ACTIVITY.
What you return must be every line below that includes the word "extrude".

Extracted records.
______________________________

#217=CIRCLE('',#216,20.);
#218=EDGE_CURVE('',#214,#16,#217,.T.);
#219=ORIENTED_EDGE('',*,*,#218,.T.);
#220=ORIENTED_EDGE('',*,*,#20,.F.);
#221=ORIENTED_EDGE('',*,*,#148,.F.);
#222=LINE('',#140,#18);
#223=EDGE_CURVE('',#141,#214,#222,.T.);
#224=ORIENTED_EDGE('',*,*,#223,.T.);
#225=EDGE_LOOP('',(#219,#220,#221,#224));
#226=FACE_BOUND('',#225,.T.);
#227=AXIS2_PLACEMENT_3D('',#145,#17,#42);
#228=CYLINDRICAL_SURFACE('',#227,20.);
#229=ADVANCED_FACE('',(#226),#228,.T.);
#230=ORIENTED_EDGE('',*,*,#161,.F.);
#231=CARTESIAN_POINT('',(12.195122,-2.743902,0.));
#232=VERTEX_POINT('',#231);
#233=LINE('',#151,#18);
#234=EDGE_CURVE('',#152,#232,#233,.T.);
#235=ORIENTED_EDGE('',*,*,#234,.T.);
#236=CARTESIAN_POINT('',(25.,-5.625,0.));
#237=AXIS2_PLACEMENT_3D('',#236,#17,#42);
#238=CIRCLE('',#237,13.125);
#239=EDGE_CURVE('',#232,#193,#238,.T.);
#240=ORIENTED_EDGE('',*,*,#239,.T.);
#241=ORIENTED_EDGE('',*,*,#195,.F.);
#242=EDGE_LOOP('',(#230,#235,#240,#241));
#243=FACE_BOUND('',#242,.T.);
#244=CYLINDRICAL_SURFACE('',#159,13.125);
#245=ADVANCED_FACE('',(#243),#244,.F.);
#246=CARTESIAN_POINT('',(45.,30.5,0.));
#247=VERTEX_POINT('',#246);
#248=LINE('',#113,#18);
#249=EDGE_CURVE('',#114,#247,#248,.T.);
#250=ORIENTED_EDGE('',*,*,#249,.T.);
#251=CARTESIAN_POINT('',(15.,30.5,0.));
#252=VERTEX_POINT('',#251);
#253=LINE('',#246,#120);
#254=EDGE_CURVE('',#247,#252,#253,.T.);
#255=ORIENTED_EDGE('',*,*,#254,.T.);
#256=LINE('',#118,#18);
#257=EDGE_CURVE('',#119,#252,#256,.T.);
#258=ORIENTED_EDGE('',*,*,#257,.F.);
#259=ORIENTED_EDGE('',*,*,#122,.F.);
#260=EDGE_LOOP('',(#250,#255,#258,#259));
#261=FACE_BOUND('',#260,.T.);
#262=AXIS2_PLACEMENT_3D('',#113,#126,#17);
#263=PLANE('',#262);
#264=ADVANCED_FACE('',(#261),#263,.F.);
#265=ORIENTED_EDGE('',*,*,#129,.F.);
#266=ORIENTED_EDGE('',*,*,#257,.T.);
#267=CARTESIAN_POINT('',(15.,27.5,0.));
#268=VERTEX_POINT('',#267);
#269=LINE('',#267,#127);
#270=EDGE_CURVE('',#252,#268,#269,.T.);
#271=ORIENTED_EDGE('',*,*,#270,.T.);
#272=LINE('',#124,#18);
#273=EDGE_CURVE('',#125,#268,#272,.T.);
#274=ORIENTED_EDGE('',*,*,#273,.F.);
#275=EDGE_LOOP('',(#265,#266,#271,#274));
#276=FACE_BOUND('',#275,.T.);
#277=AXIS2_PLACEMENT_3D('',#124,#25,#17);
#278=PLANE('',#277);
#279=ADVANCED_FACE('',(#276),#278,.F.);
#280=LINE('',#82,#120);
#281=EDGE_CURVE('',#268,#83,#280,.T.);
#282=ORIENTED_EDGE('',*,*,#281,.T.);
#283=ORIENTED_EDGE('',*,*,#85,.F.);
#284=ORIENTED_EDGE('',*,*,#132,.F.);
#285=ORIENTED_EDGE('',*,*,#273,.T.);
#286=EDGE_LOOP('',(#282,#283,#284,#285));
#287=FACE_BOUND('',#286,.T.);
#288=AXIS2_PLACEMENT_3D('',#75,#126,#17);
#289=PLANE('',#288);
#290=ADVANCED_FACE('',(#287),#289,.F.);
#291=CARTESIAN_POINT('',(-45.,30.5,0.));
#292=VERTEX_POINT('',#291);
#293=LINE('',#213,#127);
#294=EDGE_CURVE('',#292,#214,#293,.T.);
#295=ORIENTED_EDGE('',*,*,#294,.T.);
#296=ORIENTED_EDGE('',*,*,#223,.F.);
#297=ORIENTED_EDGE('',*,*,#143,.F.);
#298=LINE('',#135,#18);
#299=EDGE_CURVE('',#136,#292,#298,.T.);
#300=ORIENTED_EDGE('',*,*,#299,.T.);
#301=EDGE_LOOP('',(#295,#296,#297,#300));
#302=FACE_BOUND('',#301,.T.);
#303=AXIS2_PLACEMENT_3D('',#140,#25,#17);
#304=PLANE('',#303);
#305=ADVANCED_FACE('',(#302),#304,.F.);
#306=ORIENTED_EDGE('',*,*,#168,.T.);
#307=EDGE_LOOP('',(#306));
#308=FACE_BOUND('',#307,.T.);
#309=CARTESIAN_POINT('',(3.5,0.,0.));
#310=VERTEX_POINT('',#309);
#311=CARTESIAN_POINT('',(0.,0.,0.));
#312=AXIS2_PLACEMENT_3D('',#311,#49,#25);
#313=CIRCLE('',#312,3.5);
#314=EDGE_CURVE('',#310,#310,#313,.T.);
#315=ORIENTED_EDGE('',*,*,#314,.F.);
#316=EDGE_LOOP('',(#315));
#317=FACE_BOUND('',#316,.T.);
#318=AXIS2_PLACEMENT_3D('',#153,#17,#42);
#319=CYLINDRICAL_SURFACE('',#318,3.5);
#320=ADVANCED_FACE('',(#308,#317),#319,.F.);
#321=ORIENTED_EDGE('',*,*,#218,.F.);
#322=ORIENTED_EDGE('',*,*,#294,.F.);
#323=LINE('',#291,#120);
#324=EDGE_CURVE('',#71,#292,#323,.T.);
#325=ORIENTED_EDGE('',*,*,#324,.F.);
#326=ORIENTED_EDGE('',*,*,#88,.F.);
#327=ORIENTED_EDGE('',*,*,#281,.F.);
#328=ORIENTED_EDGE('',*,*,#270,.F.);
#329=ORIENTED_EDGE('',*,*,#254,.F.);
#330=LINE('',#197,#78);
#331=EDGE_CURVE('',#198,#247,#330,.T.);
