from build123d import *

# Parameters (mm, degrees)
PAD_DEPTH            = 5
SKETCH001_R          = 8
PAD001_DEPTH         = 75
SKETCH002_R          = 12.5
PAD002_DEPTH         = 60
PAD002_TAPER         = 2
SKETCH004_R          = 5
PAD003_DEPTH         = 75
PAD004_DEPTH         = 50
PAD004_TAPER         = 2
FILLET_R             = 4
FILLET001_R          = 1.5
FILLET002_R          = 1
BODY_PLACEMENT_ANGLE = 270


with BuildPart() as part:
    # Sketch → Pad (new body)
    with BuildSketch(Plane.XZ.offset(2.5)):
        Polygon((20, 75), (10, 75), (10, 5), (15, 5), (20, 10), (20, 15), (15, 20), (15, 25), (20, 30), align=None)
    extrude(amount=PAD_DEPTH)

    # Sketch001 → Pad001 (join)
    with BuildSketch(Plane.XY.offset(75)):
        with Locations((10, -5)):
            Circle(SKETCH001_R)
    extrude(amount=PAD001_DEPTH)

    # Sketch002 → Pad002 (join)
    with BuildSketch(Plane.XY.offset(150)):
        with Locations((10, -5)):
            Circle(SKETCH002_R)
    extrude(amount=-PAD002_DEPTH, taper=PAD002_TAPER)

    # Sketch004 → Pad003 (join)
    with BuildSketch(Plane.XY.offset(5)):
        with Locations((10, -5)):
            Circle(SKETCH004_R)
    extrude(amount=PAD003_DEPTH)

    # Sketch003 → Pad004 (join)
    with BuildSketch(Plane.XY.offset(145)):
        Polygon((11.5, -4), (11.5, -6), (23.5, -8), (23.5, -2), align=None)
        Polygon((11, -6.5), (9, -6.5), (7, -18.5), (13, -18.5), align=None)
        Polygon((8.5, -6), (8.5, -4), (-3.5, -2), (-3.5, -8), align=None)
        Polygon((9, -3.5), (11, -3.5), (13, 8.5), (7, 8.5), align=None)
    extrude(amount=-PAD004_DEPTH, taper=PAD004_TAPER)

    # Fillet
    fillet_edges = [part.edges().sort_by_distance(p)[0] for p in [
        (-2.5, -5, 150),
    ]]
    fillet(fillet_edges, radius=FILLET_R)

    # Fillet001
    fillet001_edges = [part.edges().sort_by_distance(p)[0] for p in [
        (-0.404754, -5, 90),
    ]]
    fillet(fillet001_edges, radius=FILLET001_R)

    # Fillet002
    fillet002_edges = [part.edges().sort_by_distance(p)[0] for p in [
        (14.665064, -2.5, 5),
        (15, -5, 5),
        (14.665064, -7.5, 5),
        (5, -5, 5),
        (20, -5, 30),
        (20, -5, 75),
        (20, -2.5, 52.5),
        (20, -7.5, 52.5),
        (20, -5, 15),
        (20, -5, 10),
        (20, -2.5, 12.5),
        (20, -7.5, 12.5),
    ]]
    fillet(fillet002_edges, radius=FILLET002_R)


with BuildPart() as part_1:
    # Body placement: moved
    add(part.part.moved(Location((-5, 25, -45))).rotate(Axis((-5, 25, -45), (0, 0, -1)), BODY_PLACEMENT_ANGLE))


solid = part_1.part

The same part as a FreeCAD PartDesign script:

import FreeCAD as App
import Part
import Sketcher

V = App.Vector
Q = App.Units.Quantity


def edges_at(feature, points):
    """Names of the edges that pass closest to the given points."""
    edges = feature.Shape.Edges
    near = lambda p: min(range(len(edges)), key=lambda i: edges[i].distToShape(Part.Vertex(*p))[0])
    return sorted({f"Edge{near(p) + 1}" for p in points})


def add_polygon(sketch, points):
    """Adds a closed chain of lines whose ends are joined by coincident constraints."""
    first, n = sketch.GeometryCount, len(points)
    for a, b in zip(points, points[1:] + points[:1]):
        sketch.addGeometry(Part.LineSegment(App.Vector(*a, 0), App.Vector(*b, 0)), False)
    for i in range(n):
        sketch.addConstraint(Sketcher.Constraint("Coincident", first + i, 2, first + (i + 1) % n, 1))

doc = App.newDocument("Part")
body = doc.addObject("PartDesign::Body", "Body")

sketch1 = body.newObject("Sketcher::SketchObject", "Sketch")
sketch1.AttachmentSupport = (doc.getObject("XZ_Plane"), [""])
sketch1.MapMode = "FlatFace"
sketch1.AttachmentOffset = App.Placement(V(0, 0, 2.5), App.Rotation())
add_polygon(sketch1, [(20, 75), (10, 75), (10, 5), (15, 5), (20, 10), (20, 15), (15, 20), (15, 25), (20, 30)])
sketch1.addConstraint([
    Sketcher.Constraint("Horizontal", 0),
    Sketcher.Constraint("Vertical", 1),
    Sketcher.Constraint("Horizontal", 2),
    Sketcher.Constraint("Vertical", 4),
    Sketcher.Constraint("Vertical", 6),
    Sketcher.Constraint("Vertical", 8),
    Sketcher.Constraint("Perpendicular", 3, 5),
    Sketcher.Constraint("Perpendicular", 5, 7),
    Sketcher.Constraint("Vertical", 2, 2, 5, 2),
    Sketcher.Constraint("Vertical", 4, 2, 7, 2),
    Sketcher.Constraint("Equal", 2, 4),
    Sketcher.Constraint("Equal", 4, 6),
    Sketcher.Constraint("Equal", 3, 5),
    Sketcher.Constraint("DistanceX", 0, 2, 0, 1, Q("10 mm")),
    Sketcher.Constraint("DistanceX", 2, 1, 2, 2, Q("5 mm")),
    Sketcher.Constraint("DistanceY", 1, 2, 1, 1, Q("70 mm")),
    Sketcher.Constraint("DistanceX", -1, 1, 0, 2, Q("10 mm")),
    Sketcher.Constraint("DistanceY", -1, 1, 0, 2, Q("75 mm")),
])
pad1 = body.newObject("PartDesign::Pad", "Pad")
pad1.Profile = sketch1
pad1.Length = 5

sketch2 = body.newObject("Sketcher::SketchObject", "Sketch001")
sketch2.AttachmentSupport = (doc.getObject("XY_Plane"), [""])
sketch2.MapMode = "FlatFace"
sketch2.AttachmentOffset = App.Placement(V(0, 0, 75), App.Rotation())
sketch2.addGeometry(Part.Circle(V(10, -5, 0), V(0, 0, 1), 8), False)
sketch2.addConstraint([
    Sketcher.Constraint("Diameter", 0, Q("16 mm")),
    Sketcher.Constraint("DistanceX", -1, 1, 0, 3, Q("10 mm")),
    Sketcher.Constraint("DistanceY", 0, 3, -1, 1, Q("5 mm")),
])
pad2 = body.newObject("PartDesign::Pad", "Pad001")
pad2.Profile = sketch2
pad2.Length = 75

sketch3 = body.newObject("Sketcher::SketchObject", "Sketch002")
sketch3.AttachmentSupport = (doc.getObject("XY_Plane"), [""])
sketch3.MapMode = "FlatFace"
sketch3.AttachmentOffset = App.Placement(V(0, 0, 150), App.Rotation())
sketch3.addGeometry(Part.Circle(V(10, -5, 0), V(0, 0, 1), 12), False)
sketch3.addConstraint([
    Sketcher.Constraint("Diameter", 0, Q("25 mm")),
    Sketcher.Constraint("DistanceX", -1, 1, 0, 3, Q("10 mm")),
    Sketcher.Constraint("DistanceY", 0, 3, -1, 1, Q("5 mm")),
])
pad3 = body.newObject("PartDesign::Pad", "Pad002")
pad3.Profile = sketch3
pad3.Length = 60
pad3.Reversed = True
pad3.TaperAngle = -2

sketch4 = body.newObject("Sketcher::SketchObject", "Sketch003")
sketch4.AttachmentSupport = (doc.getObject("XY_Plane"), [""])
sketch4.MapMode = "FlatFace"
sketch4.AttachmentOffset = App.Placement(V(0, 0, 5), App.Rotation())
sketch4.addGeometry(Part.Circle(V(10, -5, 0), V(0, 0, 1), 5), False)
sketch4.addConstraint([
    Sketcher.Constraint("Diameter", 0, Q("10 mm")),
    Sketcher.Constraint("DistanceX", -1, 1, 0, 3, Q("10 mm")),
    Sketcher.Constraint("DistanceY", 0, 3, -1, 1, Q("5 mm")),
])
pad4 = body.newObject("PartDesign::Pad", "Pad003")
pad4.Profile = sketch4
pad4.Length = 75

sketch5 = body.newObject("Sketcher::SketchObject", "Sketch004")
sketch5.AttachmentSupport = (doc.getObject("XY_Plane"), [""])
sketch5.MapMode = "FlatFace"
sketch5.AttachmentOffset = App.Placement(V(0, 0, 145), App.Rotation())
add_polygon(sketch5, [(11.5, -4), (11.5, -6), (23.5, -8), (23.5, -2)])
add_polygon(sketch5, [(11, -6.5), (9, -6.5), (7, -18.5), (13, -18.5)])
add_polygon(sketch5, [(8.5, -6), (8.5, -4), (-3.5, -2), (-3.5, -8)])
add_polygon(sketch5, [(9, -3.5), (11, -3.5), (13, 8.5), (7, 8.5)])
sketch5.addConstraint([
    Sketcher.Constraint("Vertical", 0),
    Sketcher.Constraint("Vertical", 2),
    Sketcher.Constraint("Horizontal", 4),
    Sketcher.Constraint("Horizontal", 6),
    Sketcher.Constraint("Vertical", 8),
    Sketcher.Constraint("Vertical", 10),
    Sketcher.Constraint("Horizontal", 12),
    Sketcher.Constraint("Horizontal", 14),
    Sketcher.Constraint("Perpendicular", 1, 5),
    Sketcher.Constraint("Perpendicular", 3, 7),
    Sketcher.Constraint("Perpendicular", 5, 9),
    Sketcher.Constraint("Perpendicular", 7, 11),
    Sketcher.Constraint("Perpendicular", 9, 13),
    Sketcher.Constraint("Perpendicular", 11, 15),
    Sketcher.Constraint("Horizontal", 3, 2, 8, 2),
    Sketcher.Constraint("Horizontal", 2, 2, 9, 2),
    Sketcher.Constraint("Horizontal", 1, 2, 10, 2),
    Sketcher.Constraint("Horizontal", 0, 2, 11, 2),
    Sketcher.Constraint("Vertical", 7, 2, 12, 2),
    Sketcher.Constraint("Vertical", 6, 2, 13, 2),
    Sketcher.Constraint("Vertical", 5, 2, 14, 2),
    Sketcher.Constraint("Equal", 12, 0),
    Sketcher.Constraint("Equal", 14, 2),
    Sketcher.Constraint("DistanceX", 4, 2, 4, 1, Q("2 mm")),
    Sketcher.Constraint("DistanceX", 6, 1, 6, 2, Q("6 mm")),
    Sketcher.Constraint("DistanceY", 0, 2, -1, 1, Q("6 mm")),
    Sketcher.Constraint("DistanceX", -1, 1, 4, 2, Q("9 mm")),
    Sketcher.Constraint("DistanceX", 0, 2, 1, 2, Q("12 mm")),
    Sketcher.Constraint("DistanceX", 8, 2, 3, 2, Q("3 mm")),
    Sketcher.Constraint("DistanceY", 7, 2, 12, 2, Q("3 mm")),
    Sketcher.Constraint("DistanceX", -1, 1, 0, 2, Q("11.5 mm")),
    Sketcher.Constraint("DistanceY", 4, 2, -1, 1, Q("6.5 mm")),
])
pad5 = body.newObject("PartDesign::Pad", "Pad004")
pad5.Profile = sketch5
pad5.Length = 50
pad5.Reversed = True
pad5.TaperAngle = -2
doc.recompute()

fillet = body.newObject("PartDesign::Fillet", "Fillet")
fillet.Base = (pad5, edges_at(pad5, [(-2.5, -5, 150)]))
fillet.Radius = 4
doc.recompute()

fillet2 = body.newObject("PartDesign::Fillet", "Fillet001")
fillet2.Base = (fillet, edges_at(fillet, [(-0.405, -5, 90)]))
fillet2.Radius = 1.5
doc.recompute()

fillet3 = body.newObject("PartDesign::Fillet", "Fillet002")
fillet3.Base = (fillet2, edges_at(fillet2, [
    (14.665, -2.5, 5),
    (15, -5, 5),
    (14.665, -7.5, 5),
    (5, -5, 5),
    (20, -5, 30),
    (20, -5, 75),
    (20, -2.5, 52.5),
    (20, -7.5, 52.5),
    (20, -5, 15),
    (20, -5, 10),
    (20, -2.5, 12.5),
    (20, -7.5, 12.5),
]))
fillet3.Radius = 1
body2 = doc.addObject("PartDesign::Body", "Body001")
doc.recompute()

body.Placement = App.Placement(V(-5, 25, -45), App.Rotation(V(0, 0, -1), 270))
boolean = body2.newObject("PartDesign::Boolean", "Boolean")
boolean.Type = "Fuse"
boolean.addObjects([body])

doc.recompute()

______________________________

EXERCISE SOLUTION.
    extrude(amount=PAD_DEPTH)
    extrude(amount=PAD001_DEPTH)
    extrude(amount=-PAD002_DEPTH, taper=PAD002_TAPER)
    extrude(amount=PAD003_DEPTH)
    extrude(amount=-PAD004_DEPTH, taper=PAD004_TAPER)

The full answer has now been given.